* ABOUT THIS TASK *
Go through the listing below and gather every line with the word "origin".

PROVIDED DATA START

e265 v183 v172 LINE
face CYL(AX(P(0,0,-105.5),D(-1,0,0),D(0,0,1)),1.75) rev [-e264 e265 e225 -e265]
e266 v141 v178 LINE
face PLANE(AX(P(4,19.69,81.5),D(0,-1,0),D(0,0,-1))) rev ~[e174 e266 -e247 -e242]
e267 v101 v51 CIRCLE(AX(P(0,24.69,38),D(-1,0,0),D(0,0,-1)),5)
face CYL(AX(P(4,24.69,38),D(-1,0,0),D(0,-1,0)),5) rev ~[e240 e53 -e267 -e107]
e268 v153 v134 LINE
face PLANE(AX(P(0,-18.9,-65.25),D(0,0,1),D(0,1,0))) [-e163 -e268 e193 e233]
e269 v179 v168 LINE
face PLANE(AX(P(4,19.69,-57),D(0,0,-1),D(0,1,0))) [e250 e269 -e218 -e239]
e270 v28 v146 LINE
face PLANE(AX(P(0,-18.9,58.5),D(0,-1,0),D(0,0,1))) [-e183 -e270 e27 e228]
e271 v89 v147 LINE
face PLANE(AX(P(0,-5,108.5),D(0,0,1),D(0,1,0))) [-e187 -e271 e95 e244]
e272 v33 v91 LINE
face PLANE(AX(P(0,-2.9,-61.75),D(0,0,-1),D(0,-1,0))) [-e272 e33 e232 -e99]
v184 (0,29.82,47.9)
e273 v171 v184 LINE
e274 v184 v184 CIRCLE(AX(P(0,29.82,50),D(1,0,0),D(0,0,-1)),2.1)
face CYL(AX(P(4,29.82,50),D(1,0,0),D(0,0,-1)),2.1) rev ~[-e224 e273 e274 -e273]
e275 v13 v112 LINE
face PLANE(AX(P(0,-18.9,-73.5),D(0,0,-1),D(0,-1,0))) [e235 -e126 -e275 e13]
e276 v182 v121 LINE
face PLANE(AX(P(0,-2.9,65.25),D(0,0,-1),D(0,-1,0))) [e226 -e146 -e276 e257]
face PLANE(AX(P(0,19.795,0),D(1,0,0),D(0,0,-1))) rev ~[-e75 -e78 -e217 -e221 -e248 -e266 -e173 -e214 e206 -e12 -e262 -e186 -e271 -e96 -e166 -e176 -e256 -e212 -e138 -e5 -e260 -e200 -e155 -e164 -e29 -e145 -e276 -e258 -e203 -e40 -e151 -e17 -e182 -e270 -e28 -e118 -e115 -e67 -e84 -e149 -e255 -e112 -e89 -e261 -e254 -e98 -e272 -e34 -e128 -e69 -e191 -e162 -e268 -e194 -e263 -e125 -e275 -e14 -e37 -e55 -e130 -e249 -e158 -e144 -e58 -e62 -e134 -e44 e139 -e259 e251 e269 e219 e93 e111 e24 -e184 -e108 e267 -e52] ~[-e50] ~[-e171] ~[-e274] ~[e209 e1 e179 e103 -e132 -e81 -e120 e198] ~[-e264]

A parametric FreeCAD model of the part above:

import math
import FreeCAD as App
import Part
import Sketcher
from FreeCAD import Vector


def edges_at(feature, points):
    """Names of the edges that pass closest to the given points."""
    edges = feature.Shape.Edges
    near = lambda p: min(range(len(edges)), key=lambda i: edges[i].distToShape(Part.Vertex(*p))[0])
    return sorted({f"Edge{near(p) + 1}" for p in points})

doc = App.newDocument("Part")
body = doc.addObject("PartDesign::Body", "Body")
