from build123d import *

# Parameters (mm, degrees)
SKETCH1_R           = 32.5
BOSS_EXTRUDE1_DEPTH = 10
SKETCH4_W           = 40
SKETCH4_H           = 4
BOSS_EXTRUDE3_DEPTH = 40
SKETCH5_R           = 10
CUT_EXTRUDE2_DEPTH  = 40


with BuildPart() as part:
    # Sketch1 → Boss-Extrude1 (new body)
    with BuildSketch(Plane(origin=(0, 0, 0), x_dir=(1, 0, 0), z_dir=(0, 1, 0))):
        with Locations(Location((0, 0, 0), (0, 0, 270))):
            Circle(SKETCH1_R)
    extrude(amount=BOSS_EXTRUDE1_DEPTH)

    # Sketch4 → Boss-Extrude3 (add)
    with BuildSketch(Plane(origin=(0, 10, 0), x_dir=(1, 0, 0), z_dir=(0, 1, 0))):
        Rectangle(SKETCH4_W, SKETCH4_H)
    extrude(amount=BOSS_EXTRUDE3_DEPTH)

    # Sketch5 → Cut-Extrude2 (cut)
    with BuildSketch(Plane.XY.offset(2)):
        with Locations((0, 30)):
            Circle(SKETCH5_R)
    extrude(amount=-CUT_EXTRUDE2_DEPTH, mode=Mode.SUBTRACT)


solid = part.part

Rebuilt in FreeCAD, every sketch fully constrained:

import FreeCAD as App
import Part
import Sketcher
from FreeCAD import Vector

doc = App.newDocument("Part")
body = doc.addObject("PartDesign::Body", "Body")

# Sketch on XZ plane
sketch1 = body.newObject("Sketcher::SketchObject", "Sketch")
sketch1.AttachmentSupport = (doc.getObject("XZ_Plane"), [""])
sketch1.MapMode = "FlatFace"
sketch1.addGeometry(Part.Circle(Vector(0, 0, 0), Vector(0, 0, 1), 32), False)
sketch1.addConstraint(Sketcher.Constraint("Coincident", 0, 3, -1, 1))
sketch1.addConstraint(Sketcher.Constraint("Diameter", 0, 65.0))
pad1 = body.newObject("PartDesign::Pad", "Pad")
pad1.Profile = sketch1
pad1.Length = 10
pad1.Reversed = True

# Sketch on XZ plane
sketch2 = body.newObject("Sketcher::SketchObject", "Sketch001")
sketch2.AttachmentSupport = (doc.getObject("XZ_Plane"), [""])
sketch2.MapMode = "FlatFace"
sketch2.AttachmentOffset = App.Placement(Vector(0, 0, -10), App.Rotation())
sketch2.addGeometry(Part.LineSegment(Vector(-20, -2, 0), Vector(-20, 2, 0)), False)
sketch2.addGeometry(Part.LineSegment(Vector(-20, 2, 0), Vector(20, 2, 0)), False)
sketch2.addGeometry(Part.LineSegment(Vector(20, 2, 0), Vector(20, -2, 0)), False)
sketch2.addGeometry(Part.LineSegment(Vector(20, -2, 0), Vector(-20, -2, 0)), False)
sketch2.addConstraint(Sketcher.Constraint("Coincident", 0, 2, 1, 1))
sketch2.addConstraint(Sketcher.Constraint("Coincident", 1, 2, 2, 1))
sketch2.addConstraint(Sketcher.Constraint("Coincident", 2, 2, 3, 1))
sketch2.addConstraint(Sketcher.Constraint("Coincident", 3, 2, 0, 1))
sketch2.addConstraint(Sketcher.Constraint("Vertical", 0))
sketch2.addConstraint(Sketcher.Constraint("Horizontal", 1))
sketch2.addConstraint(Sketcher.Constraint("Vertical", 2))
sketch2.addConstraint(Sketcher.Constraint("Horizontal", 3))
sketch2.addConstraint(Sketcher.Constraint("Symmetric", 0, 2, 2, 2, -1, 1))
sketch2.addConstraint(Sketcher.Constraint("DistanceX", 1, 1, 1, 2, 40.0))
sketch2.addConstraint(Sketcher.Constraint("DistanceY", 0, 1, 0, 2, 4.0))
pad2 = body.newObject("PartDesign::Pad", "Pad001")
pad2.Profile = sketch2
pad2.Length = 40
pad2.Reversed = True

# Sketch on XY plane
sketch3 = body.newObject("Sketcher::SketchObject", "Sketch002")
sketch3.AttachmentSupport = (doc.getObject("XY_Plane"), [""])
sketch3.MapMode = "FlatFace"
sketch3.AttachmentOffset = App.Placement(Vector(0, 0, 2), App.Rotation())
sketch3.addGeometry(Part.Circle(Vector(0, 30, 0), Vector(0, 0, 1), 10), False)
sketch3.addConstraint(Sketcher.Constraint("PointOnObject", 0, 3, -2))
sketch3.addConstraint(Sketcher.Constraint("Diameter", 0, 20.0))
sketch3.addConstraint(Sketcher.Constraint("DistanceY", -1, 1, 0, 3, 30.0))
pocket1 = body.newObject("PartDesign::Pocket", "Pocket")
pocket1.Profile = sketch3
pocket1.Length = 40

doc.recompute()
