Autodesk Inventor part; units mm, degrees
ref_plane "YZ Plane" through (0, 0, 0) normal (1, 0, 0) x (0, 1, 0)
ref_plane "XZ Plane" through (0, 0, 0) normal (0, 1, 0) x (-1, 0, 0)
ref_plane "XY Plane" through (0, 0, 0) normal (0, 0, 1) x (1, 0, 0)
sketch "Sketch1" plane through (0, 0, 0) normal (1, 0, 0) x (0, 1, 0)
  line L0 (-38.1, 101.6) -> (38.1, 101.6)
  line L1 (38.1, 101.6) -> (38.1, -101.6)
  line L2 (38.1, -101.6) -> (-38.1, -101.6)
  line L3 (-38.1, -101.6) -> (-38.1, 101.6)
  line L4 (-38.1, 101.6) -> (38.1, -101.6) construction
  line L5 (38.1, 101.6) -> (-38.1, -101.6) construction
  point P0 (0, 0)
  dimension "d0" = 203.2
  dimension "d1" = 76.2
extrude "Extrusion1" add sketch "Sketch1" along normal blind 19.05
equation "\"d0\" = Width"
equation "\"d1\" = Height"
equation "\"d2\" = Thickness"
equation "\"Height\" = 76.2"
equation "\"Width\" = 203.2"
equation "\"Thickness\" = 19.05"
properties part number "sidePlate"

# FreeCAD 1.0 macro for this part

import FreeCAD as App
import Part
import Sketcher
from FreeCAD import Vector
Q = App.Units.Quantity


def add_polygon(sketch, points):
    """Adds a closed chain of lines whose ends are joined by coincident constraints."""
    first, n = sketch.GeometryCount, len(points)
    for a, b in zip(points, points[1:] + points[:1]):
        sketch.addGeometry(Part.LineSegment(App.Vector(*a, 0), App.Vector(*b, 0)), False)
    for i in range(n):
        sketch.addConstraint(Sketcher.Constraint("Coincident", first + i, 2, first + (i + 1) % n, 1))

doc = App.newDocument("Part")
body = doc.addObject("PartDesign::Body", "Body")

# Sketch on YZ plane
sketch1 = body.newObject("Sketcher::SketchObject", "Sketch")
sketch1.AttachmentSupport = (doc.getObject("YZ_Plane"), [""])
sketch1.MapMode = "FlatFace"
add_polygon(sketch1, [(38.1, 101.6), (-38.1, 101.6), (-38.1, -101.6), (38.1, -101.6)])  # lines 0-3
sketch1.addConstraint(Sketcher.Constraint("Horizontal", 0))
sketch1.addConstraint(Sketcher.Constraint("Vertical", 1))
sketch1.addConstraint(Sketcher.Constraint("Horizontal", 2))
sketch1.addConstraint(Sketcher.Constraint("Vertical", 3))
sketch1.addConstraint(Sketcher.Constraint("Symmetric", 0, 2, 2, 2, -1, 1))
sketch1.addConstraint(Sketcher.Constraint("DistanceX", 0, 2, 0, 1, Q("3 in")))
sketch1.addConstraint(Sketcher.Constraint("DistanceY", 1, 2, 1, 1, Q("8 in")))
pad1 = body.newObject("PartDesign::Pad", "Pad")
pad1.Profile = sketch1
pad1.Length = Q("0.75 in")

doc.recompute()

PROVIDED DATA END

* RESPONSE TO THE EXERCISE *
    with BuildSketch(Plane(origin=(0, 0, 0), x_dir=(1, 0, 0), z_dir=(0, 1, 0))):
    with BuildSketch(Plane(origin=(0, 10, 0), x_dir=(1, 0, 0), z_dir=(0, 1, 0))):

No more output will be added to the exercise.